I am in real estate and can see with very good clarity just how bad things are. And to add insult to injury (as you point out), the money the banks got they are using to put in interest bearing accounts and buy smaller companies and not loaning it out.

And the banks have actually raised the requirements (credit scores and down payments) for a loan, not lowered them. That 350 billion did nothing but give the banks extra money.

So I see one collapse after another, which brings down another, which brings down another. Every bank, title company, appraiser, realtor, engineer, plumber, builder, etc are scared and almost broke!!

Half the people and business's in my town are right on the edge business has slowed so much.



To: mishedlo who wrote (91439)12/11/2008 2:11:10 PM
From: Chispas2 Recommendations  Read Replies (1) | Respond to of 116555
 
Ken Silverstein -

...............................................................................................................................................

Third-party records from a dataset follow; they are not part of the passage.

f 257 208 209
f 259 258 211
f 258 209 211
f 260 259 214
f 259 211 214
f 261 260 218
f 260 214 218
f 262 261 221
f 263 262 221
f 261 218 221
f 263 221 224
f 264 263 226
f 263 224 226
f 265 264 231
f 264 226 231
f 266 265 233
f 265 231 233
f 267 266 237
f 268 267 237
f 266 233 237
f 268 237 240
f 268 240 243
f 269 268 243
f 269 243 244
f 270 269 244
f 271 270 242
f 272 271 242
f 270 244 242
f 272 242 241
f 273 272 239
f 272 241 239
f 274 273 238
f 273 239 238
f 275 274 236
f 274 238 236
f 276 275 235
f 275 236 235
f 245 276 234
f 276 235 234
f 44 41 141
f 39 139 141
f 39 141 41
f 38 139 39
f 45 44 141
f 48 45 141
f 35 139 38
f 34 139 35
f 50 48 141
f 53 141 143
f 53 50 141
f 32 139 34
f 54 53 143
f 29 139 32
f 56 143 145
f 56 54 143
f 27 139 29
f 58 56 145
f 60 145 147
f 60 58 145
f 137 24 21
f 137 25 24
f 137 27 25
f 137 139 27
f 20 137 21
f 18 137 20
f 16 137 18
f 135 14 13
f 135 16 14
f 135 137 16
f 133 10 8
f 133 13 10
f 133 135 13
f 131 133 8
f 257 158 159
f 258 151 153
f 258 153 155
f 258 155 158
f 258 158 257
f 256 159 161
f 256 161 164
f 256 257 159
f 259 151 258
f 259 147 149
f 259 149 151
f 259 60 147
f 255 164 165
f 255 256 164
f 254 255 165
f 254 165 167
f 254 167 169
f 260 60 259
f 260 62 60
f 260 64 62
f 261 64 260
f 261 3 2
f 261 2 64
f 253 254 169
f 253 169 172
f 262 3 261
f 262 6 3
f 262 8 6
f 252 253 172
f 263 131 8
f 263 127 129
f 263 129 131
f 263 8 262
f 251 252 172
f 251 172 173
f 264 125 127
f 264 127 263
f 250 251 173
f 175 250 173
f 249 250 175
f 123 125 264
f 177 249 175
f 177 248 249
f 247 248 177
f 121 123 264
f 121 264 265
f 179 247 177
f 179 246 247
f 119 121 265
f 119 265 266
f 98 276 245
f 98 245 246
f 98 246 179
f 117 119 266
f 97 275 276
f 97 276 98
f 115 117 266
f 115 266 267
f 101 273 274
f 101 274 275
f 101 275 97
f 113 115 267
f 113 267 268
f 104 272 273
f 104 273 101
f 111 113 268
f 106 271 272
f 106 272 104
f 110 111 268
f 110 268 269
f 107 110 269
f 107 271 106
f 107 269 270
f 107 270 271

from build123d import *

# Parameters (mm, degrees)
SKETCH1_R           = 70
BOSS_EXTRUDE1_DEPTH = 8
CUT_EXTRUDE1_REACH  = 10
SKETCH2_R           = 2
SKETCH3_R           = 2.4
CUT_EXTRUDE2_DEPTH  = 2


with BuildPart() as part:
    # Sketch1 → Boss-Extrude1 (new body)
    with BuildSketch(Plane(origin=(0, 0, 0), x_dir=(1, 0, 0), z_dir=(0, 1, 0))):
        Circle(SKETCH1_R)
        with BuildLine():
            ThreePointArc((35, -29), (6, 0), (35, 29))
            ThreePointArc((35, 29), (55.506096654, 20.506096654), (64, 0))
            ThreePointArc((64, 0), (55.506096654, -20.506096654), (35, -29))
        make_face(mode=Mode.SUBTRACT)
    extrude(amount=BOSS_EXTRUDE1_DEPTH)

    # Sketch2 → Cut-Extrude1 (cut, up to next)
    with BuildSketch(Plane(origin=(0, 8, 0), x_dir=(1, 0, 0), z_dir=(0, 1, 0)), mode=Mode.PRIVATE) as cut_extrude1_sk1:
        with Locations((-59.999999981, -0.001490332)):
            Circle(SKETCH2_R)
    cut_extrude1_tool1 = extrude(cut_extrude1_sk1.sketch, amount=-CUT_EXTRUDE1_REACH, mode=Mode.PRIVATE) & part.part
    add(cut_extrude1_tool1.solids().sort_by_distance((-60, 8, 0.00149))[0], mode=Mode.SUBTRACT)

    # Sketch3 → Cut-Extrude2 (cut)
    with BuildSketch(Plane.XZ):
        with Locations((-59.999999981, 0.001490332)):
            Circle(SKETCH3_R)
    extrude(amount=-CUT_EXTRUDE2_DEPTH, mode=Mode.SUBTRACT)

From the Dallas Morning News:

After losing a valuable piece of online real estate to enterprising cyber-squatters, the Bush presidential library has replanted its flag into that e-territory. But the squatters—a North Carolina Web development company called Illuminati Karate—had the last laugh, making a huge profit off an embarrassing oversight by the GOP-connected company charged with overseeing the Web site for the George W. Bush Presidential Library, which will be built in Dallas.

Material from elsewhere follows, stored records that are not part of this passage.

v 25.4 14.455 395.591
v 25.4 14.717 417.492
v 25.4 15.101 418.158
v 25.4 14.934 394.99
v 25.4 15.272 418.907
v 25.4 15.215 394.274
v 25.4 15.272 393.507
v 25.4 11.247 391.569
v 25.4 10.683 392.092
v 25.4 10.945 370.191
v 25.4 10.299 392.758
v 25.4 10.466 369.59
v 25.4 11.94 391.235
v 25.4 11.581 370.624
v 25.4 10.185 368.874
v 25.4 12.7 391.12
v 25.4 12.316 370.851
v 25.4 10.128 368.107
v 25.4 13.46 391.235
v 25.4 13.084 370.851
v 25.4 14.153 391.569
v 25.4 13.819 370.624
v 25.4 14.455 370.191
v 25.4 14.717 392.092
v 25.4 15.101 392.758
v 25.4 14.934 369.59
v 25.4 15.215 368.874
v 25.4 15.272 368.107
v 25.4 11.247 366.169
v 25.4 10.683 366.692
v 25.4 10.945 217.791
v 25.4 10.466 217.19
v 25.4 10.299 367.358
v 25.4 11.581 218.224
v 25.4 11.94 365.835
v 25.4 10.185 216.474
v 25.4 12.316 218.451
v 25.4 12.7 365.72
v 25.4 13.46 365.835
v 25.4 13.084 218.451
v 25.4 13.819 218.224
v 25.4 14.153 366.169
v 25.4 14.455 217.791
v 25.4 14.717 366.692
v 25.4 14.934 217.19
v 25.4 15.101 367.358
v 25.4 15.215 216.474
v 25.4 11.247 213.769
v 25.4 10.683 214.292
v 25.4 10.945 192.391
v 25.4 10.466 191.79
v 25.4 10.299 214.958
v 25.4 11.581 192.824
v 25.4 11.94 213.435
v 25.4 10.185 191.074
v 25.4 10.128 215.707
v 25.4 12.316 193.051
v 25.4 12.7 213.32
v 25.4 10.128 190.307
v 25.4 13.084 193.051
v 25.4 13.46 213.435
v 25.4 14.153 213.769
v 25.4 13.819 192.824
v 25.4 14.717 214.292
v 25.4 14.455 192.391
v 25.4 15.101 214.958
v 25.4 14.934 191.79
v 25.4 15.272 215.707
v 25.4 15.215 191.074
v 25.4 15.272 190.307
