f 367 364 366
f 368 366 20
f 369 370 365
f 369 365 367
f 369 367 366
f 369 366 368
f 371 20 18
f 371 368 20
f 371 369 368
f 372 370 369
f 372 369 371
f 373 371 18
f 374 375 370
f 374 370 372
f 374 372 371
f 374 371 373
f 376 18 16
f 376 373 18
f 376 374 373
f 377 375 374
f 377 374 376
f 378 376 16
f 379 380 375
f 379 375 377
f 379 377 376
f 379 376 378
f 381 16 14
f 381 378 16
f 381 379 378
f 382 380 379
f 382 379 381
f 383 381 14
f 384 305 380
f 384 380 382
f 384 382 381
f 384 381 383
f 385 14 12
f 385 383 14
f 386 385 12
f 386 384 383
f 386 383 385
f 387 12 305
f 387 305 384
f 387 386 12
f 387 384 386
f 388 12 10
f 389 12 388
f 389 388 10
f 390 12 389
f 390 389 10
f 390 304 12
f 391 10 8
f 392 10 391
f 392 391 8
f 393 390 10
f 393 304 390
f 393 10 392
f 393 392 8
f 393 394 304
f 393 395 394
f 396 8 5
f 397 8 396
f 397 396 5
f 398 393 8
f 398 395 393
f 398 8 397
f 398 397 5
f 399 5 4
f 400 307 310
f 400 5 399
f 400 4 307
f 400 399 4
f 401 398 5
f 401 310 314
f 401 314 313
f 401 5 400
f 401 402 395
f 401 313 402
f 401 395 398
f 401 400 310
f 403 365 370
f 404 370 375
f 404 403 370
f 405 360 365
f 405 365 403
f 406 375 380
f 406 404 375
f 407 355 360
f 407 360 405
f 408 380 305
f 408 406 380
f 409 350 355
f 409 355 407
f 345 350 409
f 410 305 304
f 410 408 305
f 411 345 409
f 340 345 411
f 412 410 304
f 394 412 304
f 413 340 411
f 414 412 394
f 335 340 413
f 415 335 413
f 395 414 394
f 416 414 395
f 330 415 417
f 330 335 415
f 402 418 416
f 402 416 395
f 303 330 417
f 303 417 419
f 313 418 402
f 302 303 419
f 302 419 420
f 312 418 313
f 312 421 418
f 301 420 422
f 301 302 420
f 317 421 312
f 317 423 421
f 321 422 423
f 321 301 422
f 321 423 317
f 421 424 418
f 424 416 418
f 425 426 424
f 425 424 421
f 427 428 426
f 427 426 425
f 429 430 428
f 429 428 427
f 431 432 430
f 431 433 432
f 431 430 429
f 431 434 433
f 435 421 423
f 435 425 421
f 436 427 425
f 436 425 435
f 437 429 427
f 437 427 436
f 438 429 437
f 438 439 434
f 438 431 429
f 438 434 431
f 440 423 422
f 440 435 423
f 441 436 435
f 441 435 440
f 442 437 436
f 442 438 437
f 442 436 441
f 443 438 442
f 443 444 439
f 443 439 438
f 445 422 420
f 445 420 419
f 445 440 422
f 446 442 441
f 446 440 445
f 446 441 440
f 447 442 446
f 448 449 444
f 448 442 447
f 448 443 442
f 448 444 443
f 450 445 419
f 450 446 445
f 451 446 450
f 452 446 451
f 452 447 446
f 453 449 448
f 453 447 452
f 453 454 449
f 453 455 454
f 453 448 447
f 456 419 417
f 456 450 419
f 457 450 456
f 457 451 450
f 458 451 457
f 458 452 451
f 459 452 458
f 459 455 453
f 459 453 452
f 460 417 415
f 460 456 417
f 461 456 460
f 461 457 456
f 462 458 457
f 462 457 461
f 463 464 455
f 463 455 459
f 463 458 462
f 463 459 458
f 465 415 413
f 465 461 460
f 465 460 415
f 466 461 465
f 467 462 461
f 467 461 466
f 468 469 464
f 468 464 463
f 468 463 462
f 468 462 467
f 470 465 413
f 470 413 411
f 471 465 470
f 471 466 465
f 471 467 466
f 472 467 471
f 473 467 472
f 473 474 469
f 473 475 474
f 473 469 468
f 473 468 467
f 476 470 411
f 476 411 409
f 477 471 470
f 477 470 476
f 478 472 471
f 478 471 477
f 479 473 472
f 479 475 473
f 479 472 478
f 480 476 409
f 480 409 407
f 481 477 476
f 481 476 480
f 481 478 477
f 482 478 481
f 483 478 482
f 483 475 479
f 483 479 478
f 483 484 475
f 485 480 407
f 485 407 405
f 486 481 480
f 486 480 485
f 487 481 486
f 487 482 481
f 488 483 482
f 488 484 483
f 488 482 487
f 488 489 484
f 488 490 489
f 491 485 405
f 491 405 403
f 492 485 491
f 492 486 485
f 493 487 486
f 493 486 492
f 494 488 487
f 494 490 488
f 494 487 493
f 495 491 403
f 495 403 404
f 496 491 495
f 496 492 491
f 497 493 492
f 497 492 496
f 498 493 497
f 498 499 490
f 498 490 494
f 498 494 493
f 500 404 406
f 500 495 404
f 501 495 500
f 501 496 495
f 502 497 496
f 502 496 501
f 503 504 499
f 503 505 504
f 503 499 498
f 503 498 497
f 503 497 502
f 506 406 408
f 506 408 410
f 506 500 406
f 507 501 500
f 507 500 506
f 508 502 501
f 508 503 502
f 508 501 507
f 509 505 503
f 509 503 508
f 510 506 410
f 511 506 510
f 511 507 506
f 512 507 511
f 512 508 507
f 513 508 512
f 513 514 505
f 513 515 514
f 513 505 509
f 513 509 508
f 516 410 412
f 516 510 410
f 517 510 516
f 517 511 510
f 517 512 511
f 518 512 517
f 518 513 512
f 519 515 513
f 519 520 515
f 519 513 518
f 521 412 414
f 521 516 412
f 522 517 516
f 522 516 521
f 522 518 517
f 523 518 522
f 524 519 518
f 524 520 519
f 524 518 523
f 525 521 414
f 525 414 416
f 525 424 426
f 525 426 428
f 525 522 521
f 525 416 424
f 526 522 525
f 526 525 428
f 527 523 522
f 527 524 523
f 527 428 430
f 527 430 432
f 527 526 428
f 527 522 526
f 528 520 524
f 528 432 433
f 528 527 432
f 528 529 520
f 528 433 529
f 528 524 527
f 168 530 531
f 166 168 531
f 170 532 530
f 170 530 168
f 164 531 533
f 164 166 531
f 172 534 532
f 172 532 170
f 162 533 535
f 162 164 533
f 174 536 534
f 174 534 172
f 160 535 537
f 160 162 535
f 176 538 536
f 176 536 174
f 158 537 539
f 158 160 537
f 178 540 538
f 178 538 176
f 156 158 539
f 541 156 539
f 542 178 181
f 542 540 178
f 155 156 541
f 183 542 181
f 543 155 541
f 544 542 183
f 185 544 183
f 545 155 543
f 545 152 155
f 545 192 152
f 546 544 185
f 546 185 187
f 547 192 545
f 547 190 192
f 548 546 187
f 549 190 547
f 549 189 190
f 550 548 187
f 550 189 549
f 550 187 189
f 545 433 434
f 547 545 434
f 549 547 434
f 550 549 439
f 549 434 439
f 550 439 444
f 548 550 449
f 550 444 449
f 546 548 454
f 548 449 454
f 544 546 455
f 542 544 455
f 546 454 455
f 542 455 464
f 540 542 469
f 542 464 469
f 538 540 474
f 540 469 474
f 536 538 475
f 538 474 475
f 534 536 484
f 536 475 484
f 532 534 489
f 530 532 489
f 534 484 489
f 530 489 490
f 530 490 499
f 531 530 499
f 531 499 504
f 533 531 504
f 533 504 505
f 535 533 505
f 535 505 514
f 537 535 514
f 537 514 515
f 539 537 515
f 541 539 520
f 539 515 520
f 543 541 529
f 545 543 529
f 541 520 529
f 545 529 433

Illuminati Karate paid less than $10 for the www.GeorgeWBushLibrary.com domain name—and sold it back for $35,000 to the library’s contracted Web developers, Yuma Solutions, who had accidentally let it expire.

Incidentally, Yuma Solutions also got paid hundreds of thousands of dollars by the McCain campaign. Which somehow isn’t surprising.

................................................................................................................................................

harpers.org



To: mishedlo who wrote (91439)12/11/2008 4:20:18 PM
From: Sweet Ol  Respond to of 116555
 
Some anecdotal evidence of lack of credit freeze.

I have talked to several banker friends, some CPA friends, some realtor friends, and businessmen in my Rotary Club. The only one reporting any problem with credit is a guy who does sub-prime auto loans. Car business in our area is off 40%. Everyone else says creditworthy people and companies get funding for good projects.

I am in Tulsa where our foreclosure rate is way down over last year, so we are probably an anomaly. I wonder if the credit problems are not mostly regional and from the money center banks?

Blessings,

JRH



To: mishedlo who wrote (91439)12/14/2008 3:24:50 AM
From: elmatador  Respond to of 116555
 
Goldman slashes 2009 commodity price forecasts. The U.S. bank which earlier this year predicted an oil price spike to $200 a barrel now expects to see crude average $45 a barrel next year.

reuters.com



To: mishedlo who wrote (91439)12/16/2008 10:35:51 PM
From: Fiscally Conservative  Respond to of 116555
 
The trick now is not to figure out how long deflation will last as much as what will follow.